In the listing below, the answer starts at the line that has "f 309 51 311" and stops after the line that has "f 192 137 190"; please repeat that part exactly and nothing more.
------ The data
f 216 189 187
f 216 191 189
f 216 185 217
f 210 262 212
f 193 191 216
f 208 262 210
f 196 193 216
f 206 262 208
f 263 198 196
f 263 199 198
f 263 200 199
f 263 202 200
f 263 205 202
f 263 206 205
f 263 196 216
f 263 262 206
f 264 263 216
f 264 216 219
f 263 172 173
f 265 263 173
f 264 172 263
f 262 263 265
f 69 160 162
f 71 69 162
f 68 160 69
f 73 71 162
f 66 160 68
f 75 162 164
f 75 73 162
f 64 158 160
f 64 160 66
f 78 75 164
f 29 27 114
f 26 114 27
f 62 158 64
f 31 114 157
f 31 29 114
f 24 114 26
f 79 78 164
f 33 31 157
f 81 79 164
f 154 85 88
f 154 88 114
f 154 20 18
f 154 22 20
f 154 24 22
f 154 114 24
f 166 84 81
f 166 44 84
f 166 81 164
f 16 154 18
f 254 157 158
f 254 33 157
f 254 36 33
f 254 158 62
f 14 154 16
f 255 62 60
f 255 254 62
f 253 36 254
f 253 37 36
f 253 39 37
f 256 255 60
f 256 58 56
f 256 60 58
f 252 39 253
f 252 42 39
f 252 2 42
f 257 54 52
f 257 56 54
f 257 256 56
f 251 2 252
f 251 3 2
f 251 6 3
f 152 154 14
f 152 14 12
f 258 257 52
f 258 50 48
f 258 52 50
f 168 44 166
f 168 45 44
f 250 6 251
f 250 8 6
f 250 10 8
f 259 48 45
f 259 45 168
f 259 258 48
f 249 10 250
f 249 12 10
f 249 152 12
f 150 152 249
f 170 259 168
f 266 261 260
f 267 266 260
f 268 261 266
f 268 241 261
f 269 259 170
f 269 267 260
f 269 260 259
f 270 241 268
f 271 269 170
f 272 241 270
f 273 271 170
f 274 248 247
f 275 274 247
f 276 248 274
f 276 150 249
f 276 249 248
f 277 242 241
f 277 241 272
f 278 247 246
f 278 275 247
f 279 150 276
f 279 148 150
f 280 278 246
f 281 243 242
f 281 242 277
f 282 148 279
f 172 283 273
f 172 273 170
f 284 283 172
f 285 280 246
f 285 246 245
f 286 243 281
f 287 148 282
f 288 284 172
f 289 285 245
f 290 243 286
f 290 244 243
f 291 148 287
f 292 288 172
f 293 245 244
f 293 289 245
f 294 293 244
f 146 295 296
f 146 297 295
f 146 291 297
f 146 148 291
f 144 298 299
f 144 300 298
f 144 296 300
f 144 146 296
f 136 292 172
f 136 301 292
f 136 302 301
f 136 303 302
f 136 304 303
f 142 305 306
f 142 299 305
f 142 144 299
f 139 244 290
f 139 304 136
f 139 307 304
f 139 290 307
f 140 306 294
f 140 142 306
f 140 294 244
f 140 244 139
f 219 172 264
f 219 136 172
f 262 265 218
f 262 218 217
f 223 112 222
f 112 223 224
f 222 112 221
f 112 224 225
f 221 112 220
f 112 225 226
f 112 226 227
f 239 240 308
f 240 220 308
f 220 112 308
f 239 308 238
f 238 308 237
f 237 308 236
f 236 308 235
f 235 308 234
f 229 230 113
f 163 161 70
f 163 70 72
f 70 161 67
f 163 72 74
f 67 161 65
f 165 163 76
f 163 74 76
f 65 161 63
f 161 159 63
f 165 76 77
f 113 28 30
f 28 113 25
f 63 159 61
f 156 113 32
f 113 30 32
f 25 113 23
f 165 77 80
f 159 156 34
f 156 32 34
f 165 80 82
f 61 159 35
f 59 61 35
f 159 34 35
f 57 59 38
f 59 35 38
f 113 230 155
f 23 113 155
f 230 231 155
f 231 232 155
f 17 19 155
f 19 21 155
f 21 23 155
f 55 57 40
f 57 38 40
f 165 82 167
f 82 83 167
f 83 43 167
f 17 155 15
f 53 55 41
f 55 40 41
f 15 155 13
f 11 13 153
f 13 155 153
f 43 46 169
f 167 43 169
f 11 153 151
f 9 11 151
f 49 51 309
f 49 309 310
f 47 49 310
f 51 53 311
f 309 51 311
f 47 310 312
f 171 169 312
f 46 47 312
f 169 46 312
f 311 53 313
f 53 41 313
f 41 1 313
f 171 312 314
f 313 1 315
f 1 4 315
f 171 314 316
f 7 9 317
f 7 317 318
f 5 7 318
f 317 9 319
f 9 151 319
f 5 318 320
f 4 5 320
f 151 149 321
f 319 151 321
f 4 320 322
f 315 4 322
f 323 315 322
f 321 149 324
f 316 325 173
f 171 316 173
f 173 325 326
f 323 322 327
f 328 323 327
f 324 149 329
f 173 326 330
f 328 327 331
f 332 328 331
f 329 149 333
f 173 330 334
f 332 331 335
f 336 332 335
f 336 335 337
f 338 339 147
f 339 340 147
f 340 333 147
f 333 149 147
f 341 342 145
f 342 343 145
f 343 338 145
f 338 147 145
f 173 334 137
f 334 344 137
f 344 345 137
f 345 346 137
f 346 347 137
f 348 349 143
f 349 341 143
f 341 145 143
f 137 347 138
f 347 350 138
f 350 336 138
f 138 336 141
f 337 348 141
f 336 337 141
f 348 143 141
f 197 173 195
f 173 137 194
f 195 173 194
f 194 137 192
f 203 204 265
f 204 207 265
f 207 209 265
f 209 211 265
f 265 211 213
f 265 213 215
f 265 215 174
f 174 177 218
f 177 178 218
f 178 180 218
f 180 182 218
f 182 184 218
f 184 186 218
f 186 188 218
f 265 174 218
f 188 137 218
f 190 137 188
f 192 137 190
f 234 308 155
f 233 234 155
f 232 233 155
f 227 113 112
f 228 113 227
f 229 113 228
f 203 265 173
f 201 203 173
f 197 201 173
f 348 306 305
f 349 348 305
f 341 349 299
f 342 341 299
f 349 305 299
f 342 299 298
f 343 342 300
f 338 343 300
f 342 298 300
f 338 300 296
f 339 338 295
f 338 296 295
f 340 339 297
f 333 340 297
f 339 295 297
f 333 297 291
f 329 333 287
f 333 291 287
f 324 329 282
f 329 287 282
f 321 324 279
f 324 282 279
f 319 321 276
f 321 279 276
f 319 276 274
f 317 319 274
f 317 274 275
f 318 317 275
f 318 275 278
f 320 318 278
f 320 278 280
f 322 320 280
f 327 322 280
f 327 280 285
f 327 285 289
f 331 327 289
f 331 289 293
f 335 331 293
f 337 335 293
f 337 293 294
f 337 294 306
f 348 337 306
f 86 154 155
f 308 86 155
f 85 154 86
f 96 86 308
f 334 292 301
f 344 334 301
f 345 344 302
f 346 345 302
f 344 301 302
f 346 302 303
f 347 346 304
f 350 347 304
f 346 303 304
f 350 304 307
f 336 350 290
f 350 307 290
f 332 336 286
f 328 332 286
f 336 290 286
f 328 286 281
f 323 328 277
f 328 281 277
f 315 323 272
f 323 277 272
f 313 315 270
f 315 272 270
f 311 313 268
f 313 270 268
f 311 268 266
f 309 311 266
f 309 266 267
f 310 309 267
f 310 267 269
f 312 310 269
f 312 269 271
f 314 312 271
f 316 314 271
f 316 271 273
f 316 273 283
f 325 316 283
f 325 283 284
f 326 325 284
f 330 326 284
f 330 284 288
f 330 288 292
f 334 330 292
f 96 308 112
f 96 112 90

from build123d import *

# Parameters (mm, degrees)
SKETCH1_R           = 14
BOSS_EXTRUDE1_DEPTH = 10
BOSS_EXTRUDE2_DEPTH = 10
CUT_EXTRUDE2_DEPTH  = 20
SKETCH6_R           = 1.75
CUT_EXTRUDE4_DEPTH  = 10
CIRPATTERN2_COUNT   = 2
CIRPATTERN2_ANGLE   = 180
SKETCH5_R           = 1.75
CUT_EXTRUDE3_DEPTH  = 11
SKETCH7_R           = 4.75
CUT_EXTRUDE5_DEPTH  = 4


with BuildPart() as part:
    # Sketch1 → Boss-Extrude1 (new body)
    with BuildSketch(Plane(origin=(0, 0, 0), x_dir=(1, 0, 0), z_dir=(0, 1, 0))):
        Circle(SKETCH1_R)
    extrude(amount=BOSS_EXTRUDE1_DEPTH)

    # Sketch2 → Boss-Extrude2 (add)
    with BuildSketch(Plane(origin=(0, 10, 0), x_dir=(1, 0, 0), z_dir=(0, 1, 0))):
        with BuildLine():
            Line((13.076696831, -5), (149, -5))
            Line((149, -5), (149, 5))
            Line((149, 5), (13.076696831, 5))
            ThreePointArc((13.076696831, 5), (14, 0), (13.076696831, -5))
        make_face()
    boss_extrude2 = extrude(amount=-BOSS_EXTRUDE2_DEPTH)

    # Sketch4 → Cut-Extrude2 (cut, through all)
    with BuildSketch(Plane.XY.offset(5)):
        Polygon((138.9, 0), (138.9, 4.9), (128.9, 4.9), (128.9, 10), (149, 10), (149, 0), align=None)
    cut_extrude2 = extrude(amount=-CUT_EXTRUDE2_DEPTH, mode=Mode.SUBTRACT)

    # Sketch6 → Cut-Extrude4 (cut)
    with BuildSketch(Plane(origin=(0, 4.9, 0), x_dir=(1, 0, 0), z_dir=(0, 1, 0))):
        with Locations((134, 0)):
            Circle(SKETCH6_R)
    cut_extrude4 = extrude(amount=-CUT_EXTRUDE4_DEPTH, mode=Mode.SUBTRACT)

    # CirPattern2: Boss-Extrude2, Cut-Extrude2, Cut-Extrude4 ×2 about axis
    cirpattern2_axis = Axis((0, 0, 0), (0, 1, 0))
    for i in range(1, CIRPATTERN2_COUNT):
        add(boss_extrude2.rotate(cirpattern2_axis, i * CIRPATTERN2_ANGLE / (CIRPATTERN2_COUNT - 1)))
------------
------ The data
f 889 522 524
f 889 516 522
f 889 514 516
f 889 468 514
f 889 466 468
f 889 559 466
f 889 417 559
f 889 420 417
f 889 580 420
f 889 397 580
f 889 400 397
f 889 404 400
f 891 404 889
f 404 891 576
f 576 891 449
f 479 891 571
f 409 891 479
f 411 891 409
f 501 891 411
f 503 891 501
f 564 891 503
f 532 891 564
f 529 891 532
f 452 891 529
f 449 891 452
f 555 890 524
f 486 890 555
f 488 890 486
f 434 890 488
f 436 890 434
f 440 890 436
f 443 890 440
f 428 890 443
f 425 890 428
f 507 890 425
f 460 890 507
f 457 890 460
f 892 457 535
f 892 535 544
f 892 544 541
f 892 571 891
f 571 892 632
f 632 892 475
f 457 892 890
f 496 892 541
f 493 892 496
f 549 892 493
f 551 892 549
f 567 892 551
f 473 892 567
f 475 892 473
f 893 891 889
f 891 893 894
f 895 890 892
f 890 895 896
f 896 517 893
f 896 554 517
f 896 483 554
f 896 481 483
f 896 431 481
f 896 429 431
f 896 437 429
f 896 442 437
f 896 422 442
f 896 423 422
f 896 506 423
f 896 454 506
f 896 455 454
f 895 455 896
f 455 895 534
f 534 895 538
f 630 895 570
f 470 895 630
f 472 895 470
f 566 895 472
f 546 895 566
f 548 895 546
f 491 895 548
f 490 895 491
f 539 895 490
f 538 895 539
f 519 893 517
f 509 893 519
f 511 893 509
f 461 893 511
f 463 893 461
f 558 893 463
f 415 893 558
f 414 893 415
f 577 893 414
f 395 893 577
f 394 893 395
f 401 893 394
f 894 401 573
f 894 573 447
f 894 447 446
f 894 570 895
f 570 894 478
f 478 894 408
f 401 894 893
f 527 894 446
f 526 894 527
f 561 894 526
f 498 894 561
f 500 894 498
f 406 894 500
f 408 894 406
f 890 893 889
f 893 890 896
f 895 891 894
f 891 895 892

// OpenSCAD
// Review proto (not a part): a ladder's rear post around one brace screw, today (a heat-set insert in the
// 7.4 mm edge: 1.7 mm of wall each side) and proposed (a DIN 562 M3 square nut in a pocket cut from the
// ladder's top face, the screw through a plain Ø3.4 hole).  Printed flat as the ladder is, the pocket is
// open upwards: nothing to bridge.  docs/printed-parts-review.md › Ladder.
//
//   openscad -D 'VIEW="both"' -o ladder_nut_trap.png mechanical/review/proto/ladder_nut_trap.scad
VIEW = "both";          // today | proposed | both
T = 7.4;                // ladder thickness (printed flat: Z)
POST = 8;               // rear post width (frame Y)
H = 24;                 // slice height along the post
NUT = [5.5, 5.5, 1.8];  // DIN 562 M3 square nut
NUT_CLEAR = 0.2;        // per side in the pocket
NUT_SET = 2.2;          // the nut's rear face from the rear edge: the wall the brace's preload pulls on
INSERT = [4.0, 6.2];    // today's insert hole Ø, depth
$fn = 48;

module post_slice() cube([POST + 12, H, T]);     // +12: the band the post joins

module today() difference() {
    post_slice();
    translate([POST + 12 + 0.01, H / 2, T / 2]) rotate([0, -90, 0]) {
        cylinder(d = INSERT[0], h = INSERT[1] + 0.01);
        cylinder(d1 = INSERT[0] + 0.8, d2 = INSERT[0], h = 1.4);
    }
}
------------
## Response
f 309 51 311
f 47 310 312
f 171 169 312
f 46 47 312
f 169 46 312
f 311 53 313
f 53 41 313
f 41 1 313
f 171 312 314
f 313 1 315
f 1 4 315
f 171 314 316
f 7 9 317
f 7 317 318
f 5 7 318
f 317 9 319
f 9 151 319
f 5 318 320
f 4 5 320
f 151 149 321
f 319 151 321
f 4 320 322
f 315 4 322
f 323 315 322
f 321 149 324
f 316 325 173
f 171 316 173
f 173 325 326
f 323 322 327
f 328 323 327
f 324 149 329
f 173 326 330
f 328 327 331
f 332 328 331
f 329 149 333
f 173 330 334
f 332 331 335
f 336 332 335
f 336 335 337
f 338 339 147
f 339 340 147
f 340 333 147
f 333 149 147
f 341 342 145
f 342 343 145
f 343 338 145
f 338 147 145
f 173 334 137
f 334 344 137
f 344 345 137
f 345 346 137
f 346 347 137
f 348 349 143
f 349 341 143
f 341 145 143
f 137 347 138
f 347 350 138
f 350 336 138
f 138 336 141
f 337 348 141
f 336 337 141
f 348 143 141
f 197 173 195
f 173 137 194
f 195 173 194
f 194 137 192
f 203 204 265
f 204 207 265
f 207 209 265
f 209 211 265
f 265 211 213
f 265 213 215
f 265 215 174
f 174 177 218
f 177 178 218
f 178 180 218
f 180 182 218
f 182 184 218
f 184 186 218
f 186 188 218
f 265 174 218
f 188 137 218
f 190 137 188
f 192 137 190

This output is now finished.